Car Covers & Body Protection: Protect your car for less with Advance Auto Parts. - You'll just have to put in your car info then click on "visors" on the left side after you entered your car details. They have quite a few options. 

Try that. Then use coupon code "TRT30" and you can do store pick up for free. The code gives you 30% off.


----------



## Suda (Oct 24, 2013)

Of the options there that I could find pictures of, I did not see any that were adhesive installed, and covered the rear quarter glass.


----------



## Dvan5693 (Jul 8, 2014)

Looks like the "Westin Wade Slim" and the Venshae Ventvisor" are the only to adhesive only ones.
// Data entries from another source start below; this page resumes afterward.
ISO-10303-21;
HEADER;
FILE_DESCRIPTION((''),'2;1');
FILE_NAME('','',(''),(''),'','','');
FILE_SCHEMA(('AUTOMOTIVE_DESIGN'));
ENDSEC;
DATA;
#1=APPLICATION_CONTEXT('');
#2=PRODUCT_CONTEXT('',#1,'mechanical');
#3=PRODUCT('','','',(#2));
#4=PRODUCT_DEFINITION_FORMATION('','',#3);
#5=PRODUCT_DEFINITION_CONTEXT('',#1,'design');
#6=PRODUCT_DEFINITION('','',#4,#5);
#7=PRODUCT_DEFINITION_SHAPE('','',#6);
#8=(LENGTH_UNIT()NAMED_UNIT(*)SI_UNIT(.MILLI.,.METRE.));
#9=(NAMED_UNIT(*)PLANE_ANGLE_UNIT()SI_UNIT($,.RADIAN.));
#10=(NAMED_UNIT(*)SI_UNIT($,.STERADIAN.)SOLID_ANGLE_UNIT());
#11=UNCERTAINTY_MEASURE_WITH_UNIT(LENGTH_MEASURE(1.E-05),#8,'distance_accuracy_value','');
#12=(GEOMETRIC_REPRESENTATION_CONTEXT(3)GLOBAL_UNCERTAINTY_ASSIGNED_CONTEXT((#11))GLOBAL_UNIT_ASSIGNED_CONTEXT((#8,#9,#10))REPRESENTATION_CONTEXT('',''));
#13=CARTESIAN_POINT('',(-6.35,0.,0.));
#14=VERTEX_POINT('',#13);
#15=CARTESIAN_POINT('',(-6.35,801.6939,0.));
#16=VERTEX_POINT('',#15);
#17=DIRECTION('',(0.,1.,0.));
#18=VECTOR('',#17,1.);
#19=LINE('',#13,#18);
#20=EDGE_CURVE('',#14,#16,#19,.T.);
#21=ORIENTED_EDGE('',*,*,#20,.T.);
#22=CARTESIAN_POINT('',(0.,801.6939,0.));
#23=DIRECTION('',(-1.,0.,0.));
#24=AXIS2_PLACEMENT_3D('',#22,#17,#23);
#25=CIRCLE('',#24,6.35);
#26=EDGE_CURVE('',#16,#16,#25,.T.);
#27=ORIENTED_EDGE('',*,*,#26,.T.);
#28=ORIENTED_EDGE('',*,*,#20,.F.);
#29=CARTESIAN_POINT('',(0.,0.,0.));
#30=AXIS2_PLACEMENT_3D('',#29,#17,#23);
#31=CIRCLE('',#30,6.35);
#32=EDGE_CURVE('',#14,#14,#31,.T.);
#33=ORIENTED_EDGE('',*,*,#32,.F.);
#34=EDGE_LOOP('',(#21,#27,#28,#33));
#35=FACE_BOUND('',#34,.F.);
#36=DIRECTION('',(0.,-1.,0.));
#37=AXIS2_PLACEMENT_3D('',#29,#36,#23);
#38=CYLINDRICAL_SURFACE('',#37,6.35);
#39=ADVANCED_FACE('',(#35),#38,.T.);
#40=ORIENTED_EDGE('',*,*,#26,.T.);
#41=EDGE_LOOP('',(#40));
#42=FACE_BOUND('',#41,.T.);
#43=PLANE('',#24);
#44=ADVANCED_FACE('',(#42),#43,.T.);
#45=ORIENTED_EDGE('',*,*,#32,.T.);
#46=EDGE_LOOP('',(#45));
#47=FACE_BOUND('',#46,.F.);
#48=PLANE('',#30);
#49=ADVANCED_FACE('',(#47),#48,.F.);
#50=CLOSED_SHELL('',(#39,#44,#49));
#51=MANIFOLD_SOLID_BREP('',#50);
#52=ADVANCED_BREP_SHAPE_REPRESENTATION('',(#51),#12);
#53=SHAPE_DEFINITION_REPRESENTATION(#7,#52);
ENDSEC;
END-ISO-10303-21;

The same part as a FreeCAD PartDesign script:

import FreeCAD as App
import Part
import Sketcher

V = App.Vector
Q = App.Units.Quantity

doc = App.newDocument("Part")
params = doc.addObject("Spreadsheet::Sheet", "Params")
for row, (alias, value) in enumerate([
    ("sketch1_diameter", "0.5 in"),
    ("pad1_length", "801.6939 mm"),
], start=1):
    params.set(f"A{row}", alias)
    params.set(f"B{row}", "=" + value)
    params.setAlias(f"B{row}", alias)

body = doc.addObject("PartDesign::Body", "Body")

# Sketch on XZ plane
sketch1 = body.newObject("Sketcher::SketchObject", "Sketch")
sketch1.AttachmentSupport = (doc.getObject("XZ_Plane"), [""])
sketch1.MapMode = "FlatFace"
sketch1.addGeometry(Part.Circle(V(0, 0, 0), V(0, 0, 1), 6), False)
sketch1.addConstraint([
    Sketcher.Constraint("Coincident", 0, 3, -1, 1),
    Sketcher.Constraint("Diameter", 0, Q("0.5 in")),
])
sketch1.setExpression("Constraints[1]", "Params.sketch1_diameter")
pad1 = body.newObject("PartDesign::Pad", "Pad")
pad1.Profile = sketch1
pad1.setExpression("Length", "Params.pad1_length")
pad1.Reversed = True

doc.recompute()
However doesn't seem like either cover the rear quarter though.


----------



## Dennyps (Jan 20, 2016)

I found these on a Google search they seem like a pretty good deal. $39 shipped to my location in Portland Oregon. Putco Element Tinted Window Visors 580601 - Free Shipping on Orders Over $99 at Summit Racing


----------



## Ferrucci (Mar 28, 2016)

I am also looking for ones that cover the back quarter of the glass, please let me know if you are able to find some. Thank you


----------